Bickerstaff will still be the GM next season. It has sounded like that was the plan all along, he was just coaching so they wouldn't have to hire a guy to fire initally, knowing the team would pickup a lot of losses early. 

Even with him staying on as GM, as I am assuming, I really doubt that means much. Jordan seems to have full control.


----------



## Pain5155 (May 28, 2006)

Jordan had as much say into the morrison pick as bickerstaff, expect bickerstaff to remain as gm.


----------



## step (Sep 19, 2005)

The real question is, who are they going to replace him with.


----------



## Premier (Oct 30, 2003)

PTI speculates Larry Brown [not a good choice, but I'm sure he'd be up for the job].


----------



## Diable (Apr 26, 2005)

"I want him involved," Jordan said. "We just haven't decided if that's as general manager or president of basketball operations. I see him staying with the organization."

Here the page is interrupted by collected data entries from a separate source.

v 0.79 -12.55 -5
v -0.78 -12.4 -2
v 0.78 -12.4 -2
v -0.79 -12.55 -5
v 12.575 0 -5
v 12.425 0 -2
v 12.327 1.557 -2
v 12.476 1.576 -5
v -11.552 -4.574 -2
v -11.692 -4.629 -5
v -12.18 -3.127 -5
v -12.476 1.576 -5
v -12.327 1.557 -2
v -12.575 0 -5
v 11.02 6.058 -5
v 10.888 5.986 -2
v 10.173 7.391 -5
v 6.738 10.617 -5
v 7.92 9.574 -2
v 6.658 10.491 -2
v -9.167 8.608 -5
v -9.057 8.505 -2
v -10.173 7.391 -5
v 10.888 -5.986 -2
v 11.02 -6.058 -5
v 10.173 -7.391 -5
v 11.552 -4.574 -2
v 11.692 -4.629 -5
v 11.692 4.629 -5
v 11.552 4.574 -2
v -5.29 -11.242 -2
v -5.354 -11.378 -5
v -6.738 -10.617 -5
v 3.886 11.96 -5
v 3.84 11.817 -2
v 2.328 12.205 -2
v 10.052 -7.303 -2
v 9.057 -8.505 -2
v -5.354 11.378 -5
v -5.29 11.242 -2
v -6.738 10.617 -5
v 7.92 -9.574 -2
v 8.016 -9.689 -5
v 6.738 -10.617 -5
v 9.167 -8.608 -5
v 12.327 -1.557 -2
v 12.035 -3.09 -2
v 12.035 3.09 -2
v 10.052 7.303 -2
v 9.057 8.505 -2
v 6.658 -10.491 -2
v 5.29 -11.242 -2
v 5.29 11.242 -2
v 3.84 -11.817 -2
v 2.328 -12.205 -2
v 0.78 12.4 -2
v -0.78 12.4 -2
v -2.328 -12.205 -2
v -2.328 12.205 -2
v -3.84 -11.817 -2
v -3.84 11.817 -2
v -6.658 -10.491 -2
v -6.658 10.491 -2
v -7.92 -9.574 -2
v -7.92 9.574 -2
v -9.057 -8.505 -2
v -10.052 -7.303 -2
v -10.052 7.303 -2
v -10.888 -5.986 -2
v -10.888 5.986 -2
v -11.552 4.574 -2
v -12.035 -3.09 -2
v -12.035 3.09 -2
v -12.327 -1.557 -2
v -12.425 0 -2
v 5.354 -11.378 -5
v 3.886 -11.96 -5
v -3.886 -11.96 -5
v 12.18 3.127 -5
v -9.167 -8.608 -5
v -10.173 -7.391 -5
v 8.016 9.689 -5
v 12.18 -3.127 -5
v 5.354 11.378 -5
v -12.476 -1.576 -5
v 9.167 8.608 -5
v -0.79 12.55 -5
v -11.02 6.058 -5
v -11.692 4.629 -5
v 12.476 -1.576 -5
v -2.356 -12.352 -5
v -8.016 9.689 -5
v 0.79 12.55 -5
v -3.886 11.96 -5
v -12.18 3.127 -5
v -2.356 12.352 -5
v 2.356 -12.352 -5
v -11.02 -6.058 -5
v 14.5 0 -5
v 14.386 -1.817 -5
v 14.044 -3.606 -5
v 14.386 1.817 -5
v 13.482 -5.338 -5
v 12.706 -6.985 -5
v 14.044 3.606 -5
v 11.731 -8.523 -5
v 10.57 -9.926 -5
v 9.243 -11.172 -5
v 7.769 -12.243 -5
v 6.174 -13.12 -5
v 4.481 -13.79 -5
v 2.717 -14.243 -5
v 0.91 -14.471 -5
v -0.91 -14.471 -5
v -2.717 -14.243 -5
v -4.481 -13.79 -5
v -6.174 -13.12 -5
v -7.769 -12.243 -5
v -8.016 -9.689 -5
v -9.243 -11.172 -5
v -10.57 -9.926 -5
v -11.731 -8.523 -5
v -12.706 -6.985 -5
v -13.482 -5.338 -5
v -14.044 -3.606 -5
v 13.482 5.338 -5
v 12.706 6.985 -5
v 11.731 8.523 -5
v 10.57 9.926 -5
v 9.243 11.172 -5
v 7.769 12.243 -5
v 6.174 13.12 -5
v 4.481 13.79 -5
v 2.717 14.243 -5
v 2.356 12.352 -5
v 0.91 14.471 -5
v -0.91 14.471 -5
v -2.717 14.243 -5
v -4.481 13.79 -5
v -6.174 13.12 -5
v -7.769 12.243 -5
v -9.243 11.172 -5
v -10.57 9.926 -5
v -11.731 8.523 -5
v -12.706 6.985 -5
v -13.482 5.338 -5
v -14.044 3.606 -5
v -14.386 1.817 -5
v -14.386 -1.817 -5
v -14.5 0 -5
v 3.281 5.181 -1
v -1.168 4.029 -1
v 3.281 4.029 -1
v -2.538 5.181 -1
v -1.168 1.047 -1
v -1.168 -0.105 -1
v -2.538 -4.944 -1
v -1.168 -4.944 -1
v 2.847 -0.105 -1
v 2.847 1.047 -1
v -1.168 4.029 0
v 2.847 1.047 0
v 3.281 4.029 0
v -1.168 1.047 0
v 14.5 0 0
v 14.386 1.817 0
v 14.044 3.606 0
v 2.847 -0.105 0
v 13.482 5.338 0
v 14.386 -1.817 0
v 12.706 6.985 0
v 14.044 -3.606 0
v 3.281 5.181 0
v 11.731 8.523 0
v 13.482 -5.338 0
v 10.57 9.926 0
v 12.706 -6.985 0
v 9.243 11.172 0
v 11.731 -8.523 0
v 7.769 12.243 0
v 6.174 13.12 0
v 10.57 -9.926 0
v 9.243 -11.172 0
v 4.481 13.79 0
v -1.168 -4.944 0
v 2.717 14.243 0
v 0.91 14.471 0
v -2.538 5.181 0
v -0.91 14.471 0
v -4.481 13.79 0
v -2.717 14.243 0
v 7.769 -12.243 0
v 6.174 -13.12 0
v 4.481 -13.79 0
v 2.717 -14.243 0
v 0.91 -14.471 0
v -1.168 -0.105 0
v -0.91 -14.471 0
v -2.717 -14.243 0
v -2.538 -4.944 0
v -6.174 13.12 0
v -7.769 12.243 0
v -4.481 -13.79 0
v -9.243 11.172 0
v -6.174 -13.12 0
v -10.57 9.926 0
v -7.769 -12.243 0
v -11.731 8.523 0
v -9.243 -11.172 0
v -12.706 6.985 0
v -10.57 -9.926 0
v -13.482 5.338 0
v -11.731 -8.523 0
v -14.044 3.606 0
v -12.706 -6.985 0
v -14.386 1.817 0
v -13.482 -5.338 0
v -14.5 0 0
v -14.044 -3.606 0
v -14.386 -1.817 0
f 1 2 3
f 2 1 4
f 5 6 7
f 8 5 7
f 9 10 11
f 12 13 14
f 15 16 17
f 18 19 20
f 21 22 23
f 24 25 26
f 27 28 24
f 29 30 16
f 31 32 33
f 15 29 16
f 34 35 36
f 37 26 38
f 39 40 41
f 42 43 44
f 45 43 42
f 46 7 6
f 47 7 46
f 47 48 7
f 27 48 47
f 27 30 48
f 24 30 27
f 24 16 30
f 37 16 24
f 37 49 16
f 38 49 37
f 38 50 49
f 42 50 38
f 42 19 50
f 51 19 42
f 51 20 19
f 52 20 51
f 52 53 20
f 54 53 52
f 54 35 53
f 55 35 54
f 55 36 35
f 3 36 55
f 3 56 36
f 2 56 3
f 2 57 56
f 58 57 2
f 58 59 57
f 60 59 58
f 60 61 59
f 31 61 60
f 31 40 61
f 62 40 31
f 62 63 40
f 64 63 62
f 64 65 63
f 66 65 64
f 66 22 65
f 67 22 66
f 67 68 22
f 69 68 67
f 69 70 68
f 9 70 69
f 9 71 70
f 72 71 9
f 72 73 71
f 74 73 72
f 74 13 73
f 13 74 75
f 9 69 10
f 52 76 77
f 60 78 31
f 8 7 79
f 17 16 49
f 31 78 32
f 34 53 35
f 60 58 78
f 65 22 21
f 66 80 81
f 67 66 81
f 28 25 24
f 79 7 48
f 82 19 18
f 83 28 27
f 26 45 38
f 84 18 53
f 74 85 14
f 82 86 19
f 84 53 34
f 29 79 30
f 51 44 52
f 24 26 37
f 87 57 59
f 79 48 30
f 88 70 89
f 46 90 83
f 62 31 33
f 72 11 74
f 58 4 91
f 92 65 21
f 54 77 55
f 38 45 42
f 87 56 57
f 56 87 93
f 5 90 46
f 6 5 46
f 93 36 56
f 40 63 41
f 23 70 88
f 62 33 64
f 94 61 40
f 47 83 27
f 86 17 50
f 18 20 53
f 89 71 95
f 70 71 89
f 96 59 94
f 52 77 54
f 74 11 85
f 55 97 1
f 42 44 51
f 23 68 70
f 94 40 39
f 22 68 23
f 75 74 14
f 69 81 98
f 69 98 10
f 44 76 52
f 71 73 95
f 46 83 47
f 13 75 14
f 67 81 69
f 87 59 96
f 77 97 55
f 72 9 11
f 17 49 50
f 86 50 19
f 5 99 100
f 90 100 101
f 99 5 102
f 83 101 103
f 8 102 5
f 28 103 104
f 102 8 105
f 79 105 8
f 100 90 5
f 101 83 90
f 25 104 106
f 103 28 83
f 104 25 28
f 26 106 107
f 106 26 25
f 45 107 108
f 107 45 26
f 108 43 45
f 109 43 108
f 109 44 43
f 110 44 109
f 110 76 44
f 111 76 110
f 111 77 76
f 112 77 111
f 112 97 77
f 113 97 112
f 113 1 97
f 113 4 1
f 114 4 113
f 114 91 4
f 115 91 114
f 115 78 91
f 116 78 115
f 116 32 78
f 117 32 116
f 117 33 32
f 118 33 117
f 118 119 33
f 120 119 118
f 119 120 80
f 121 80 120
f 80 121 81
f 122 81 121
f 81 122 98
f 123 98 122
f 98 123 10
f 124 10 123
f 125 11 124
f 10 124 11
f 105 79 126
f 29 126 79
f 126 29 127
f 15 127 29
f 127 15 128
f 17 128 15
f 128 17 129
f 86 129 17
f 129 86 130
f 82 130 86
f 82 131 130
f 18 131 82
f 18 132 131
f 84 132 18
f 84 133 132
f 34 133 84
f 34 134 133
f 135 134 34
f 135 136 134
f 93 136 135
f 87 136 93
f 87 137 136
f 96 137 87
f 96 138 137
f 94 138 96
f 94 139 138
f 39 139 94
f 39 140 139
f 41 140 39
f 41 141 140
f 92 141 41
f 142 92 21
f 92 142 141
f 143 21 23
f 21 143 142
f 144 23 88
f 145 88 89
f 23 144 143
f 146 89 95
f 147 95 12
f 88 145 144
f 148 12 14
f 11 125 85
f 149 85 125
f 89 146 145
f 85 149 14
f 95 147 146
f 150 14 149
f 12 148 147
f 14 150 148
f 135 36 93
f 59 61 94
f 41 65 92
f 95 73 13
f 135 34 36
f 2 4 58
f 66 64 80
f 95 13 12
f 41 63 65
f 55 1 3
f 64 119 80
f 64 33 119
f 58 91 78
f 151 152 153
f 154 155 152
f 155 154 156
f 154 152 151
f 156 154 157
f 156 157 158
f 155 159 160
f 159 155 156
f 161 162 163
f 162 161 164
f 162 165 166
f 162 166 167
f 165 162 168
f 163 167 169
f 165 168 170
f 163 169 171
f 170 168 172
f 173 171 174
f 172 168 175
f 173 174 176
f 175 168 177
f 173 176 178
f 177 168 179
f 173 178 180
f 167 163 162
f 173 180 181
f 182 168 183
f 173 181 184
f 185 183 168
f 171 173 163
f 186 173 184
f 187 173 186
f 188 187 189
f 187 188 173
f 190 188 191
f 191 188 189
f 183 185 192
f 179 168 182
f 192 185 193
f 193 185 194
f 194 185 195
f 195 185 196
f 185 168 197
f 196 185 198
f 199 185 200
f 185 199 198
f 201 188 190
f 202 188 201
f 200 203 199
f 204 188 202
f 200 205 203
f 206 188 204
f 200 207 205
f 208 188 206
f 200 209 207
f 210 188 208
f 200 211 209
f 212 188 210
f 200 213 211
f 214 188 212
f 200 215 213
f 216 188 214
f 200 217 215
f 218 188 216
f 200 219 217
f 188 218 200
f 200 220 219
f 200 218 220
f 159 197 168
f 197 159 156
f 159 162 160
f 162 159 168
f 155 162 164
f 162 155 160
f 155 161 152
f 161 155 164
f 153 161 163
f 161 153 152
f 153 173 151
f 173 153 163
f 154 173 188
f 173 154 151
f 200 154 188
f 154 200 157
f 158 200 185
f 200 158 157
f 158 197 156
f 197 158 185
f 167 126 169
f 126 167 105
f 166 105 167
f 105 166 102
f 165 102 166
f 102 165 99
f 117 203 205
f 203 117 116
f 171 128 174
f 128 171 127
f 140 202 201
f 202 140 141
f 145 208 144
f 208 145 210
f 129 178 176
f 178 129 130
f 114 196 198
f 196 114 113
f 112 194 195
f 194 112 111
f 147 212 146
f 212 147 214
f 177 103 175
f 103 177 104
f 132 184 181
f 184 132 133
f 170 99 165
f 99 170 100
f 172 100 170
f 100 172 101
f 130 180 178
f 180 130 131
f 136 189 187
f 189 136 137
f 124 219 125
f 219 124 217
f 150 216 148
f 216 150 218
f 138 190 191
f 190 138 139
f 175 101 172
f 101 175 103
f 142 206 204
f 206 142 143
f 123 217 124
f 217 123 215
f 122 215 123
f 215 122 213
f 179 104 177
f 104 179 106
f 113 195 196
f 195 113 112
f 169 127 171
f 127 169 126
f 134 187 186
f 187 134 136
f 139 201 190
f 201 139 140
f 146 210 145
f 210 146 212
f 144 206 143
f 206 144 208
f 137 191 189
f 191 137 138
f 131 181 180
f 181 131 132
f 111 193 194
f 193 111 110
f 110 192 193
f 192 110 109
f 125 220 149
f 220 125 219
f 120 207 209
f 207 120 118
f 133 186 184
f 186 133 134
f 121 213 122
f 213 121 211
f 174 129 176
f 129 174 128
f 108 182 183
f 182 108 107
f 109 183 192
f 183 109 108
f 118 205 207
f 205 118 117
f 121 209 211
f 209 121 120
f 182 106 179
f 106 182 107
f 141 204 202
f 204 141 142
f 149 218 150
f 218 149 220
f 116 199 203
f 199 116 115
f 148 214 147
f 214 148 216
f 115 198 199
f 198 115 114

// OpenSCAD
$fn = 50;

difference() {
	union() {
		translate(v = [0, 0, -5.0]) {
			cylinder(h = 5, r = 14.5);
		}
	}
	union() {
		#translate(v = [0, 0, -5.0]) {
			cylinder(h = 3, r1 = 12.575, r2 = 12.425);
		}
		translate(v = [0, 0, -1]) {
			linear_extrude(height = 1) {
				text(font = "Impact", halign = "center", size = 10, text = "F", valign = "center");
			}
		}
	}
}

http://sports.yahoo.com/nba/news?slug=ap-bobcats-bickerstaff&prov=ap&type=lgns

Michael Jordan can officially kiss my *** if Bernie stays in either position.I don't have near as much problem with his coaching as I do with his GM'ing.For that matter I have zero confidence in MJ based on his record this far.Of course they'll both be a lot smarter if the ping pong balls fall their way.

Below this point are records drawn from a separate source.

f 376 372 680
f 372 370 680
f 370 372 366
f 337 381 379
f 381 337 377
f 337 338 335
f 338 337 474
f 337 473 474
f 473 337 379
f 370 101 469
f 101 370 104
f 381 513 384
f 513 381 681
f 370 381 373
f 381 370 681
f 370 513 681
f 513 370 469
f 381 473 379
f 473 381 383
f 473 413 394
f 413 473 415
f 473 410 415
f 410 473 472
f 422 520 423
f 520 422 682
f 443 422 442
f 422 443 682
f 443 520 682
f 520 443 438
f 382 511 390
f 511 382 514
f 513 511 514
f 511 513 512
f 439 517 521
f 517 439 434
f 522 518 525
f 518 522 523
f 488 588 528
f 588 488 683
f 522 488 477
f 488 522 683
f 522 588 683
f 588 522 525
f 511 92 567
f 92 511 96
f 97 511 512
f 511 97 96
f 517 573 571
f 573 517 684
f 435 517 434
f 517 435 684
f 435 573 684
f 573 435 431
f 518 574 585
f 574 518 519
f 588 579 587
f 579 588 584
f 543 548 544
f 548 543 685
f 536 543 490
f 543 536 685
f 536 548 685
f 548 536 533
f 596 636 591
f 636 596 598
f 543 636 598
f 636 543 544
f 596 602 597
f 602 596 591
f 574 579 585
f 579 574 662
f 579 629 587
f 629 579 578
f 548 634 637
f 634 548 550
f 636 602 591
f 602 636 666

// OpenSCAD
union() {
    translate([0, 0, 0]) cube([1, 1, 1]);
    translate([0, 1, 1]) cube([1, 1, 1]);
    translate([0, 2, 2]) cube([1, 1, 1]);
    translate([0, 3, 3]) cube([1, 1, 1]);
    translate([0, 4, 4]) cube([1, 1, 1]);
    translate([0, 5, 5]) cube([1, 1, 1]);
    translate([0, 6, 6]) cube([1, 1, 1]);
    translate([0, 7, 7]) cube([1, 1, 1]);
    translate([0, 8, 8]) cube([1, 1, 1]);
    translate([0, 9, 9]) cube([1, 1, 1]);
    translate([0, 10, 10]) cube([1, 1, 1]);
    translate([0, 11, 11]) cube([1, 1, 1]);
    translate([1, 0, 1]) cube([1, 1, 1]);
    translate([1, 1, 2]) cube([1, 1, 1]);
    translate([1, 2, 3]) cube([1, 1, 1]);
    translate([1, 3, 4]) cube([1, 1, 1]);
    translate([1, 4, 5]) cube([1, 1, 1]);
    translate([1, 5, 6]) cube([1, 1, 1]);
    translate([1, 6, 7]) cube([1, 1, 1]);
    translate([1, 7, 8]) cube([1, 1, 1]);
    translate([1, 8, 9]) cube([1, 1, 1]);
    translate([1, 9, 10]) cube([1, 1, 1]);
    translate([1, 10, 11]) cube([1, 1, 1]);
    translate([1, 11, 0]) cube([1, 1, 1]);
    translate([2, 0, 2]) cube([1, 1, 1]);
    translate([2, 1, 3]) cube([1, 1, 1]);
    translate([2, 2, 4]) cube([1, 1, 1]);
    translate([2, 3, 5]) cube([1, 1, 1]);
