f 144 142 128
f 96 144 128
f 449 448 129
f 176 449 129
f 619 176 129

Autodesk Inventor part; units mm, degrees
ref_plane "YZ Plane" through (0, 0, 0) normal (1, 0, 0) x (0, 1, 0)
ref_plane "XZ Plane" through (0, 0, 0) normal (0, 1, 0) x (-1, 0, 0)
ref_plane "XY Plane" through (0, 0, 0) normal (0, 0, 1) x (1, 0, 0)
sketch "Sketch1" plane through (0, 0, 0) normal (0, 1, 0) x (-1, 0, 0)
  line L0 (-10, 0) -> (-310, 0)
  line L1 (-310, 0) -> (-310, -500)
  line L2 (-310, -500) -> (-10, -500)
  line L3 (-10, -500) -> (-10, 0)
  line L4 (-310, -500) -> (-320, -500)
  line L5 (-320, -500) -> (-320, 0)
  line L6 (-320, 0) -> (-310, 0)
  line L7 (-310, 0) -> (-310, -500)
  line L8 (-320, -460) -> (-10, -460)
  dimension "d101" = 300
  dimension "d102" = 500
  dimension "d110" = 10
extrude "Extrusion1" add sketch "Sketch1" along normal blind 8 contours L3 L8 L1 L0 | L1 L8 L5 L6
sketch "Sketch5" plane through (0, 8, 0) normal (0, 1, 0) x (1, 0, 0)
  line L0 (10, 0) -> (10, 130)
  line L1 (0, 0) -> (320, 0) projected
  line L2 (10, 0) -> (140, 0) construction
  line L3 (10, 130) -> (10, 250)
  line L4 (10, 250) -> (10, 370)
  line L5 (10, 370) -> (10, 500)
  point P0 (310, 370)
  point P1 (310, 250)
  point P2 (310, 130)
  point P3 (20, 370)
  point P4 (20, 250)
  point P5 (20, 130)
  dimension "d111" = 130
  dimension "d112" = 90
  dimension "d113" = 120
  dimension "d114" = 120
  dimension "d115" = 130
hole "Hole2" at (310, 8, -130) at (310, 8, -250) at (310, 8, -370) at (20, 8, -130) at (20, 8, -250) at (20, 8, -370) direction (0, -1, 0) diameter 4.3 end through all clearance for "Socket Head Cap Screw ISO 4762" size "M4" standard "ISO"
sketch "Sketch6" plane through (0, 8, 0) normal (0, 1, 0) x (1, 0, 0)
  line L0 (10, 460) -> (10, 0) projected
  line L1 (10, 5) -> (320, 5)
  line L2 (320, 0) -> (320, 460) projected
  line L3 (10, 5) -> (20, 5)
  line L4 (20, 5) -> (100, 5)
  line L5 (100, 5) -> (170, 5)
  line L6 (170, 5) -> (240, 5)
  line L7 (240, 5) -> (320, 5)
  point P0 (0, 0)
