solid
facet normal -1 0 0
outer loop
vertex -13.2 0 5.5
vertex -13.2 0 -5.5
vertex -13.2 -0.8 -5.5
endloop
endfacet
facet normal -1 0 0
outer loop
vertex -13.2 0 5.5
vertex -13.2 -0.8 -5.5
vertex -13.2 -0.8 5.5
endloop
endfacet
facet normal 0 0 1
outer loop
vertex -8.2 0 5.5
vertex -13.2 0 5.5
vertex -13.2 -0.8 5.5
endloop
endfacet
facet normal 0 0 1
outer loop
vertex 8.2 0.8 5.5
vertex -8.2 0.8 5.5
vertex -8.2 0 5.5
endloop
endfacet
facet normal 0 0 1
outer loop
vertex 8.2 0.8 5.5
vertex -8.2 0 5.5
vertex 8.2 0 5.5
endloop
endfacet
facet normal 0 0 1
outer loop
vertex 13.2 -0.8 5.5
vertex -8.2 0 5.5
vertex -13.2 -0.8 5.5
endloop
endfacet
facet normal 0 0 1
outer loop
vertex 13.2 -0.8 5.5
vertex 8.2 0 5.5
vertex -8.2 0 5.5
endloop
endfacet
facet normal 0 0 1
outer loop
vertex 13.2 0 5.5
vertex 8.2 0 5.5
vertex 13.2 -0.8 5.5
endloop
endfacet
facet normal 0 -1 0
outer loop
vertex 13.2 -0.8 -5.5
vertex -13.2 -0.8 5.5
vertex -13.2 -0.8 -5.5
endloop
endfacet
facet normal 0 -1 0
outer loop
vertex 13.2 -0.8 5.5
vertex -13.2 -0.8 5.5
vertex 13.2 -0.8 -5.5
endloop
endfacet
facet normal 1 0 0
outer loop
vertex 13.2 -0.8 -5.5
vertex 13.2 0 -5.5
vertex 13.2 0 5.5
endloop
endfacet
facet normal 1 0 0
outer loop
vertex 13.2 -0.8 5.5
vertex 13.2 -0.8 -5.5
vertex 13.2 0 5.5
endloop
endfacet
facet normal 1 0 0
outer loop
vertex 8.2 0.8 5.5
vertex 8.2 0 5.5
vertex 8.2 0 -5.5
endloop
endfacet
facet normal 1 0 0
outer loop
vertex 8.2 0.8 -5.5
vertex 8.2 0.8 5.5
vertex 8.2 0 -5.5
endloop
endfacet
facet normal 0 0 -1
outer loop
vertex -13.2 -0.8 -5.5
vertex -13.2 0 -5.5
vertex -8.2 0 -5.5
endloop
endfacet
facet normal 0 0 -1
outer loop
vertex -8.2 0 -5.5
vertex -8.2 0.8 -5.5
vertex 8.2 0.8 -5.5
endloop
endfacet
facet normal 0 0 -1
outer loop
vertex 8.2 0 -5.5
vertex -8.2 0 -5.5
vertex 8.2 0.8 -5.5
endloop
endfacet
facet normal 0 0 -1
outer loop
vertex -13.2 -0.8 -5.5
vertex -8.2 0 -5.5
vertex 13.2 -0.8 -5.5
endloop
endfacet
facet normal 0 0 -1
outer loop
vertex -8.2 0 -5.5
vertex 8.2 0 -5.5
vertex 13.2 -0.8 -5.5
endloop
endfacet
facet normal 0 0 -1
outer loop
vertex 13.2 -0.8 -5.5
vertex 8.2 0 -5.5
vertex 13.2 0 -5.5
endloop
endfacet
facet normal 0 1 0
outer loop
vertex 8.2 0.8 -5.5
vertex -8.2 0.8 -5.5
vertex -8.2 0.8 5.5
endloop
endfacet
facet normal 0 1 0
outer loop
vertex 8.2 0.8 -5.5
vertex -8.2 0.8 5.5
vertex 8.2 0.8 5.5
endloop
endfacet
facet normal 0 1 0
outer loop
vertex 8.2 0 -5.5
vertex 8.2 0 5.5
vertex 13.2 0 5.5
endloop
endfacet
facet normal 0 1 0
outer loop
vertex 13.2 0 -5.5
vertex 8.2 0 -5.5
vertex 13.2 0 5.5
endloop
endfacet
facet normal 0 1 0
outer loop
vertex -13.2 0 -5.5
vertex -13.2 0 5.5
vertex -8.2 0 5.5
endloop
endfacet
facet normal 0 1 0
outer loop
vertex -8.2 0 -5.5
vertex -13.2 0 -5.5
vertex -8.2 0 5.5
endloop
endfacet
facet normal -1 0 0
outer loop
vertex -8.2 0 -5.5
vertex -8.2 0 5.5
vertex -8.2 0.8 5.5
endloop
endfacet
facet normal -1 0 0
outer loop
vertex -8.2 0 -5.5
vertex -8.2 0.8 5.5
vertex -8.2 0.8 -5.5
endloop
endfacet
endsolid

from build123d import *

# Parameters (mm, degrees)
SKETCH_1_W      = 16.4
SKETCH_1_H      = 11
EXTRUDE_1_DEPTH = 0.8
SKETCH_3_W      = 26.4
SKETCH_3_H      = 11
EXTRUDE_2_DEPTH = 0.8


with BuildPart() as part:
    # Эскиз1 → Бобышка-Вытянуть1 (new body)
    with BuildSketch(Plane(origin=(0, 0, 0), x_dir=(1, 0, 0), z_dir=(0, 1, 0))):
        Rectangle(SKETCH_1_W, SKETCH_1_H)
    extrude(amount=EXTRUDE_1_DEPTH)

    # Эскиз3 → Бобышка-Вытянуть2 (add)
    with BuildSketch(Plane.XZ):
        Rectangle(SKETCH_3_W, SKETCH_3_H)
    extrude(amount=EXTRUDE_2_DEPTH)


solid = part.part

The Larry Brown crap just invites me to make another crack about whether or not the North Carolina Ballet needs a prima ballerina.We don't need a freaking over the hill drama queen.Based on the history of the organization it's not likely because they'd have to pay Brown some obscene sum that our boy Bobby ain't about to cough up.


----------



## kamego (Dec 29, 2003)

I would say its more likely to see Larry Brown end up in Philly next season coaching. Just my guess. My gut guess is MJ goes back to his old coach Doug Collins.


----------



## RSP83 (Nov 24, 2002)

Some coaches that are available, Rick Adleman, Doug Collins, Mike Fratello, Larry Brown, Terry Porter.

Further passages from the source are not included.